# Selbstaktualisierende Tabelle in Homepage einfügen...



## Peybro (12. Oktober 2011)

Hallo,
ich bin neu hier und will schon seit längerer Zeit diese Tabelle in meine Startseite bei Firefox einfügen. 
Sie soll sich dann auch immer wenn sich etwas auf der Originalseite ändert selbstständig aktualisieren.
Ich arbeite haupsächlich mit HTML, aber weiß dass es wahrscheinlich besser mit PHP o.Ä. hinhaut!

Weiß jemand von euch wie das zu bewerkstelligen ist?

Danke auf jeden Fall schonma'


----------



## threadi (12. Oktober 2011)

Bau sie per iframe ein und lade den Inhalt des iframes per JavaScript regelmäßig neu. Stichwort: window.setTimeout().


----------



## Peybro (13. Oktober 2011)

threadi hat gesagt.:


> Bau sie per iframe ein und lade den Inhalt des iframes per JavaScript regelmäßig neu.
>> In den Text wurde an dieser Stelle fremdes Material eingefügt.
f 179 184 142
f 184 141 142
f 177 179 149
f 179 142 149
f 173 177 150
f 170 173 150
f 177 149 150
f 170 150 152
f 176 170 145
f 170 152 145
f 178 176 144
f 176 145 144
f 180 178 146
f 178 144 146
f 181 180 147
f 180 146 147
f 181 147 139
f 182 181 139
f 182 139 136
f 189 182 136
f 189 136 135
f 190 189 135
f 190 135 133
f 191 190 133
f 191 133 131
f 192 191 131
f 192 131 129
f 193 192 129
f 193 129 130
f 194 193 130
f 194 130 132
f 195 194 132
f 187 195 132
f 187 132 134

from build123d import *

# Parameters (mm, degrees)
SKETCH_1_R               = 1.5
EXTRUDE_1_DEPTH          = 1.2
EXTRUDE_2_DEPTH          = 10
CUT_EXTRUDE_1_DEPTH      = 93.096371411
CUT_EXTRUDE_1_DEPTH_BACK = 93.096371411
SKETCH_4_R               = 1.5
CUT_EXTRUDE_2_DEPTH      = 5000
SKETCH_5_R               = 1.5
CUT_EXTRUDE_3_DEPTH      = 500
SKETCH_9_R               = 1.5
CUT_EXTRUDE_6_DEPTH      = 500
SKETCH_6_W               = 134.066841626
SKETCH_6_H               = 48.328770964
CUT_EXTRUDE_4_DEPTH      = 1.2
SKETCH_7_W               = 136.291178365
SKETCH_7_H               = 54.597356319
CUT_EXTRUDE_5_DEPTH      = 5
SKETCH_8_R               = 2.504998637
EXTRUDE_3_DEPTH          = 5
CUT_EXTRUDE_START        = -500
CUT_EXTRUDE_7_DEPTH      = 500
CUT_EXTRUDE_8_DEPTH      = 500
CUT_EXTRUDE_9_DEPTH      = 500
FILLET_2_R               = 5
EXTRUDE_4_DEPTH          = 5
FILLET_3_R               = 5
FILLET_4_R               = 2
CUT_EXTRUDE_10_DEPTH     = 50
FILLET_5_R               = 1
Stichwort: window.setTimeout().



Vielen Dank,
ich habe noch nach iframes geschaut und es so auch hingekriegt.
Die Selbstaktualisierung mit Java nicht, aber die Tabelle wird sowieso nur ein paar mal täglich aktualisiert, sodass es mir auch einmal reicht...


----------



## Frezl (13. Oktober 2011)

Ich schätze mal, dass sich die Tabelle nicht jede Sekunde ändern wird, dementsprechend reicht es, wenn die Seite bei einem Seitenaufruf neu eingebunden wird. Genau das hast du schon mit nem iFrame --> Problem gelöst 

Wenn du jedoch deine Startseite niemals neu lädst (warumauchimmerdudastunsolltest), will ich dir ans Herz legen: JavaScript != Java. Nicht, dass du nach dem falschen Begriff googlest! ;-)

Grüße,
Frezl


----------